Stored entries:
-- -- --
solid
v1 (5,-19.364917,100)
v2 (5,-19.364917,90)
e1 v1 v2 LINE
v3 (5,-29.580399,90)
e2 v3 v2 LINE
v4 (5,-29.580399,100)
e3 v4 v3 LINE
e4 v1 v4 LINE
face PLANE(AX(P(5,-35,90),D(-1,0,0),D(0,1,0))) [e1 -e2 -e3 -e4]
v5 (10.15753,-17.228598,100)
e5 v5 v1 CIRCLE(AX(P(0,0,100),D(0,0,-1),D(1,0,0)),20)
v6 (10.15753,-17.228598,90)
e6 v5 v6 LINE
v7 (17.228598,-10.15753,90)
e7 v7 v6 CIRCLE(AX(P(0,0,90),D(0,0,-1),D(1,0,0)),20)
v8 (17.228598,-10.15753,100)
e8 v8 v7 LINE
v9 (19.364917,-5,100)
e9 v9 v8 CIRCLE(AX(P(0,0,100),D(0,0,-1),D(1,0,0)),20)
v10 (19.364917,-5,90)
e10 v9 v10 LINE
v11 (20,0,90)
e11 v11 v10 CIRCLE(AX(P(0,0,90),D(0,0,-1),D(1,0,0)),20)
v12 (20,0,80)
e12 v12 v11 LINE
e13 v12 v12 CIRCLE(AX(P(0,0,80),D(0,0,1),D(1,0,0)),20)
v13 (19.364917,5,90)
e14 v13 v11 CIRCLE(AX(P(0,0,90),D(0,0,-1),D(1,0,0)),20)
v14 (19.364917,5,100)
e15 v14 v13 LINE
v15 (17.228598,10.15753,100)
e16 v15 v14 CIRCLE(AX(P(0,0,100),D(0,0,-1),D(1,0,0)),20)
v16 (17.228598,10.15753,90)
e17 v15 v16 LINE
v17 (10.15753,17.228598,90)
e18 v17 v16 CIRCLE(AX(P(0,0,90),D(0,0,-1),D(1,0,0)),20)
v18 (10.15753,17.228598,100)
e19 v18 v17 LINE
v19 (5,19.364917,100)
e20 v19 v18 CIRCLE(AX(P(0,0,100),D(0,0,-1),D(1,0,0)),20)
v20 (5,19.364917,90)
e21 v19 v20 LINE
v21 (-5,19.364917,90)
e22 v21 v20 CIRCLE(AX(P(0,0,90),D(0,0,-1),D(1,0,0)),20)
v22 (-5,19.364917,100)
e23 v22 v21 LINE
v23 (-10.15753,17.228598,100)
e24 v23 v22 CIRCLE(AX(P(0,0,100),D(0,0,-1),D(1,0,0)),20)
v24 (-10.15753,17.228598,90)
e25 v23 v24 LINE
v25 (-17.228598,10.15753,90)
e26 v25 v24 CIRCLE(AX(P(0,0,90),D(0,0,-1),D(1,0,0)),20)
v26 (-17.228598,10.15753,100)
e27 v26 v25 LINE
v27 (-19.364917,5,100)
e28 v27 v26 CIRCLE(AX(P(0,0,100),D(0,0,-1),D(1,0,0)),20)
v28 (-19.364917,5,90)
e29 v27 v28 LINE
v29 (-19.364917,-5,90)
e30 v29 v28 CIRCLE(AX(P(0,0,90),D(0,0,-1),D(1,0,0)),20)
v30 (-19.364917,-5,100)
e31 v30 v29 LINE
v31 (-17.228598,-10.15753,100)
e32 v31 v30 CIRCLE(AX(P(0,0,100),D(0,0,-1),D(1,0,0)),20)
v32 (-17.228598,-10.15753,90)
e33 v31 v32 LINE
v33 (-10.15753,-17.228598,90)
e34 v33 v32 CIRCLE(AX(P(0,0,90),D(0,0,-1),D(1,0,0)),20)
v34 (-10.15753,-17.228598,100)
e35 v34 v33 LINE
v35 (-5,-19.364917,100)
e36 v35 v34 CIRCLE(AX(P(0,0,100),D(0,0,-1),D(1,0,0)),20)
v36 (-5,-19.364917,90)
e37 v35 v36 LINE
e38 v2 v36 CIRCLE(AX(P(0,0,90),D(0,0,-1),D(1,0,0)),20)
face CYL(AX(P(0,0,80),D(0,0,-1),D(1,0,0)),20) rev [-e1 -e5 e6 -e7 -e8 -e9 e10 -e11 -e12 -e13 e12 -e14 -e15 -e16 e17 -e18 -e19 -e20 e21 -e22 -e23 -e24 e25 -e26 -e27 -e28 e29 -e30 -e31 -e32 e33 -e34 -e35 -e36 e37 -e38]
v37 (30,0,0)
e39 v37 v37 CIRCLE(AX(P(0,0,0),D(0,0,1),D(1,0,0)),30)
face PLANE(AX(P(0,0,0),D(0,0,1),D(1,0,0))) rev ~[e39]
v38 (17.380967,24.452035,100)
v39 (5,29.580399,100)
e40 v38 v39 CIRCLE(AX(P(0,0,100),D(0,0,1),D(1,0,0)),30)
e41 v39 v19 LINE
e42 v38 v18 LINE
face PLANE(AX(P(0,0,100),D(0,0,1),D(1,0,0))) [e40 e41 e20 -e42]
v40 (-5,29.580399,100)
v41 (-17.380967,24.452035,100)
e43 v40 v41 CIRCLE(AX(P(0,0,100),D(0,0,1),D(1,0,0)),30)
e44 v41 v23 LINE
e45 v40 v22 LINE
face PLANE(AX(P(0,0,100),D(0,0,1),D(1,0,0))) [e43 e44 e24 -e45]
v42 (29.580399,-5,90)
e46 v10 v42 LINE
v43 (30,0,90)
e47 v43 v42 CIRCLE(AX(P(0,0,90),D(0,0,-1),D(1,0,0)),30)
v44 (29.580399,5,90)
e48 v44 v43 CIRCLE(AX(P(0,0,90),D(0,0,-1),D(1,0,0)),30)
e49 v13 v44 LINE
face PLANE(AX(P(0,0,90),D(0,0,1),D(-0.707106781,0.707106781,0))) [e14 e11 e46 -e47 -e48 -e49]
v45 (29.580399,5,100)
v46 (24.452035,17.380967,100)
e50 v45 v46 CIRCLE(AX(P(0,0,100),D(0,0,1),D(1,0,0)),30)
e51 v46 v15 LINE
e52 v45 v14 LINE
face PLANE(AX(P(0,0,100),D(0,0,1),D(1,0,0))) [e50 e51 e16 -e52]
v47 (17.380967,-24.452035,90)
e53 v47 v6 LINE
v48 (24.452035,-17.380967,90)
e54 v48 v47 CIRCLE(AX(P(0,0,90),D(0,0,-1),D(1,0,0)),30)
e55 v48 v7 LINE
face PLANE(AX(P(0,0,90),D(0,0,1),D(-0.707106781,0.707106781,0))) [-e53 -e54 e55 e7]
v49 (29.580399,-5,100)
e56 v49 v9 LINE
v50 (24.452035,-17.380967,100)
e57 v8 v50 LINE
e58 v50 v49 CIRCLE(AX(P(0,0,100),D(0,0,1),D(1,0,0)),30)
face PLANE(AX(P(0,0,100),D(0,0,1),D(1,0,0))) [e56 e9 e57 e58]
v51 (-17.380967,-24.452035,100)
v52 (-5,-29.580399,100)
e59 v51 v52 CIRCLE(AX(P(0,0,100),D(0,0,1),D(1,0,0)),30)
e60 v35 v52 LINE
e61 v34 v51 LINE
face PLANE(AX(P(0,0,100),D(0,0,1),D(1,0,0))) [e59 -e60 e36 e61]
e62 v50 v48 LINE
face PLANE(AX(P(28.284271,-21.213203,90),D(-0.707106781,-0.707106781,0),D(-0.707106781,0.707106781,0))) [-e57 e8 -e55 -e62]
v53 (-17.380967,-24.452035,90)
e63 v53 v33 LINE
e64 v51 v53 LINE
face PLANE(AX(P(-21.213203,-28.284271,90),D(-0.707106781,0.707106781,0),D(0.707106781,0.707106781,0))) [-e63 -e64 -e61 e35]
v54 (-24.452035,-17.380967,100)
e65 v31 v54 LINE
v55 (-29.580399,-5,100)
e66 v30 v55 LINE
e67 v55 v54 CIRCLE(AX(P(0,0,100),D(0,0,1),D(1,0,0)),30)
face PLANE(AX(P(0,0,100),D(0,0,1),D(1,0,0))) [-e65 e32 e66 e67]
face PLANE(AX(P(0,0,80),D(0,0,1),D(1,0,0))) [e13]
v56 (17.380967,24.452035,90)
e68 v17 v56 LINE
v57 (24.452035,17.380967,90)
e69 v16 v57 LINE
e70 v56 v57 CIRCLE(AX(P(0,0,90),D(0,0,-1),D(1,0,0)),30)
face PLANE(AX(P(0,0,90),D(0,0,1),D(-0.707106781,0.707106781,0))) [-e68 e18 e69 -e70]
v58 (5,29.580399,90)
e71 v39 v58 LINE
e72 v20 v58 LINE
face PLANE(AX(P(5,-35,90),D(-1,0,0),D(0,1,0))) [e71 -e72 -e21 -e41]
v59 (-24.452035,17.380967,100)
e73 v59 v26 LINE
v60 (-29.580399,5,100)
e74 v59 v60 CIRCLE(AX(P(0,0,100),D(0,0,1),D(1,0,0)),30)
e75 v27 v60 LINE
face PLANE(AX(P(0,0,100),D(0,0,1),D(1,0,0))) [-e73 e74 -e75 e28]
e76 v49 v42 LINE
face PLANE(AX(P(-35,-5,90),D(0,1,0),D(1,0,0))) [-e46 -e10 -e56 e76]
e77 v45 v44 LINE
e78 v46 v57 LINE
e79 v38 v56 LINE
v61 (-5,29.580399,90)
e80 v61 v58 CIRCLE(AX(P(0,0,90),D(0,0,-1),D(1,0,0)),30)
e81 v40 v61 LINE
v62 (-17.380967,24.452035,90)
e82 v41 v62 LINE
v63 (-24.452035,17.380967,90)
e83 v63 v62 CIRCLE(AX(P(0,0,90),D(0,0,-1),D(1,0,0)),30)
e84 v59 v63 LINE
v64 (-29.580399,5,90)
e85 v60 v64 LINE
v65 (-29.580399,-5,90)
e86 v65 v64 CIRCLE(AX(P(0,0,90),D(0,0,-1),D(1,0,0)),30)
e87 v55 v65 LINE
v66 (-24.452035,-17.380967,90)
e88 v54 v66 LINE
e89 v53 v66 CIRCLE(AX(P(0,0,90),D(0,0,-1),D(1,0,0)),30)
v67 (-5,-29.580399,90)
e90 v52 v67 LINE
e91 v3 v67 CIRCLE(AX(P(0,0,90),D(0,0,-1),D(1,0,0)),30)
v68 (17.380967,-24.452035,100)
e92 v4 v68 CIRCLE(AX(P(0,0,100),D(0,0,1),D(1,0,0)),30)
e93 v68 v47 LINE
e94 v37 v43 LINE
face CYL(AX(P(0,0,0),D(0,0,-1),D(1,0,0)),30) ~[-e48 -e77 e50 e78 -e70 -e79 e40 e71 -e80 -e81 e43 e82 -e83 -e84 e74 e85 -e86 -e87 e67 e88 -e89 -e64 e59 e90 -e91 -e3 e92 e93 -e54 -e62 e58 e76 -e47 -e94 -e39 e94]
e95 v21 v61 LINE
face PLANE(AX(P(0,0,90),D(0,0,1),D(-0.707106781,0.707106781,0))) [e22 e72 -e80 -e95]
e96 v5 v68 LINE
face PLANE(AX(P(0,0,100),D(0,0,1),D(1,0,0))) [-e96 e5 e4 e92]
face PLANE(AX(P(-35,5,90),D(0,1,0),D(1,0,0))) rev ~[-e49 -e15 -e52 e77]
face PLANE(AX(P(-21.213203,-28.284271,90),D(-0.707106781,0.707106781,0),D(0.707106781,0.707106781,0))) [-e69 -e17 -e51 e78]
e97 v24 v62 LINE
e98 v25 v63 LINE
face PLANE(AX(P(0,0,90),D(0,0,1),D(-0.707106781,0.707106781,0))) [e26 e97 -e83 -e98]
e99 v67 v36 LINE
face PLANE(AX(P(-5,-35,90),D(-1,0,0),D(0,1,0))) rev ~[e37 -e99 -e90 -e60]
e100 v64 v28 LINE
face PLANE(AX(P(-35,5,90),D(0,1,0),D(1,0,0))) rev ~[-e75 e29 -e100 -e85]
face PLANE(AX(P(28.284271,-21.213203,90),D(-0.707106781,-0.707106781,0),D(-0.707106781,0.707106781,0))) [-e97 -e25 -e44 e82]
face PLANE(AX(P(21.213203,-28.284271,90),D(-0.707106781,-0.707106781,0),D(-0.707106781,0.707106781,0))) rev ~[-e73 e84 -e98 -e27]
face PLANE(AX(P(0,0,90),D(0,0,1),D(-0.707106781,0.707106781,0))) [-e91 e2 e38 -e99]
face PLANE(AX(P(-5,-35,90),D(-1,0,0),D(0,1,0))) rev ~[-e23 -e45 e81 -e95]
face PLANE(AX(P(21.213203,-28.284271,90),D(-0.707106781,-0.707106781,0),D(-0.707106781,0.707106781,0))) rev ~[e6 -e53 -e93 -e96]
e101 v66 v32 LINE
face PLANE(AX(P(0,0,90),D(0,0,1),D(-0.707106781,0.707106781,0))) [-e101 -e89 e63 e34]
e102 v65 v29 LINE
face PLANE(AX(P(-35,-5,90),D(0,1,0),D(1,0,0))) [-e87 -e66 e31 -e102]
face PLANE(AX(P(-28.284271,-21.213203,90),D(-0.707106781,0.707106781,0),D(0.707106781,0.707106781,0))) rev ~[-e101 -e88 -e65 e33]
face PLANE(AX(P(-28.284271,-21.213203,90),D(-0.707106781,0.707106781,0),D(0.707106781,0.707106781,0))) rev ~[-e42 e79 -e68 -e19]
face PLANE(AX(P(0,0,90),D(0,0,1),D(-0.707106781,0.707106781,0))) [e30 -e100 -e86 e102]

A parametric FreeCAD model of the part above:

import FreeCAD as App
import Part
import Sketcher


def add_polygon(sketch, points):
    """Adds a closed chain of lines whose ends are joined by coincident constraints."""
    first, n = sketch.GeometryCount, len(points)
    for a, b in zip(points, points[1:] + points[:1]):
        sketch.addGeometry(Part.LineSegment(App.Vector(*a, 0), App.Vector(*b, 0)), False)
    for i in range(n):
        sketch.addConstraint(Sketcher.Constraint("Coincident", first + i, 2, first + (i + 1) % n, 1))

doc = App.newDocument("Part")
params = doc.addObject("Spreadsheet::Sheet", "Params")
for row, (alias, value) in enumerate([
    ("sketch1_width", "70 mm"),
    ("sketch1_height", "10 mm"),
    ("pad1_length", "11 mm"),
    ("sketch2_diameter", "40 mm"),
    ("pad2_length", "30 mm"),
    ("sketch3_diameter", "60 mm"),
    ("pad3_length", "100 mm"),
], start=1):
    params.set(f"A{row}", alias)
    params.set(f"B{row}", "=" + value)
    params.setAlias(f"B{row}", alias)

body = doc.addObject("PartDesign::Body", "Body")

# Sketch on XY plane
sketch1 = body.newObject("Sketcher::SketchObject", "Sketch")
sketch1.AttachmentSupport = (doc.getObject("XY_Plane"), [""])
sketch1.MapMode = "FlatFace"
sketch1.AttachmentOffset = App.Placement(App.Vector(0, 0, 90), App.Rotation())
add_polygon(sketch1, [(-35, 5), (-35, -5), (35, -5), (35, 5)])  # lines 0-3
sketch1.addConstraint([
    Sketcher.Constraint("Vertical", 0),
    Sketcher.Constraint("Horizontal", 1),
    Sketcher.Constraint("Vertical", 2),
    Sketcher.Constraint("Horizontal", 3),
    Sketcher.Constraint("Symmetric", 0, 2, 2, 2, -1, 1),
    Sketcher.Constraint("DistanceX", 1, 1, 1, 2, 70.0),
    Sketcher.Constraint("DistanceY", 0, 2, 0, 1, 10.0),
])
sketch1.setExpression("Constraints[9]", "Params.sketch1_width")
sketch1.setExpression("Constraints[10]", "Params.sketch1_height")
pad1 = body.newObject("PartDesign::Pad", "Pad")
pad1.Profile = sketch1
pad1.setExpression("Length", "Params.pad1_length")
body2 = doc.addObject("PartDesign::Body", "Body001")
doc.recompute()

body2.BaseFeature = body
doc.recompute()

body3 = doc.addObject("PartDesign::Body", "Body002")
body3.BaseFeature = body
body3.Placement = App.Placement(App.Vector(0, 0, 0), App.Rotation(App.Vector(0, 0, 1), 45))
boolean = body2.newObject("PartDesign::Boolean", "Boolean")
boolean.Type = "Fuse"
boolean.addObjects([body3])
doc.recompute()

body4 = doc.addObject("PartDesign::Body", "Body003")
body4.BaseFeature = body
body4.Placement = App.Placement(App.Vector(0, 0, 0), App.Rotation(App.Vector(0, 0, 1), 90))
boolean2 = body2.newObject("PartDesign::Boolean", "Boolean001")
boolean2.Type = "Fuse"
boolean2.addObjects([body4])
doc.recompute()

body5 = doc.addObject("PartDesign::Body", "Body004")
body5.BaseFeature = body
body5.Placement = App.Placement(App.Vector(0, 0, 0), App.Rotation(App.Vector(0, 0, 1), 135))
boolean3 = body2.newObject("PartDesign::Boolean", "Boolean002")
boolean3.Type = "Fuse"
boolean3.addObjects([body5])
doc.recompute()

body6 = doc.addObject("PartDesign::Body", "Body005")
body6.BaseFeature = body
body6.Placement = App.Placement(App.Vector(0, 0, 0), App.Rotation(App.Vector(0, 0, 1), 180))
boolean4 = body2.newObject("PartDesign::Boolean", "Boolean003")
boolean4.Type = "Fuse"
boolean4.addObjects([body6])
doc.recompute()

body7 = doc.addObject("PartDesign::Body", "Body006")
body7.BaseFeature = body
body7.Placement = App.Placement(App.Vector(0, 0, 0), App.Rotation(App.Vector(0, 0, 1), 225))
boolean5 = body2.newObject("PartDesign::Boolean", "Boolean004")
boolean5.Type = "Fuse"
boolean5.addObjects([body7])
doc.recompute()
-- -- --
Having output the line that contains "v5 (10.15753,-17.228598,100)", stop. Every line before it, back to the first line of the data, must be reproduced exactly.

Solution to the problem>
solid
v1 (5,-19.364917,100)
v2 (5,-19.364917,90)
e1 v1 v2 LINE
v3 (5,-29.580399,90)
e2 v3 v2 LINE
v4 (5,-29.580399,100)
e3 v4 v3 LINE
e4 v1 v4 LINE
face PLANE(AX(P(5,-35,90),D(-1,0,0),D(0,1,0))) [e1 -e2 -e3 -e4]
v5 (10.15753,-17.228598,100)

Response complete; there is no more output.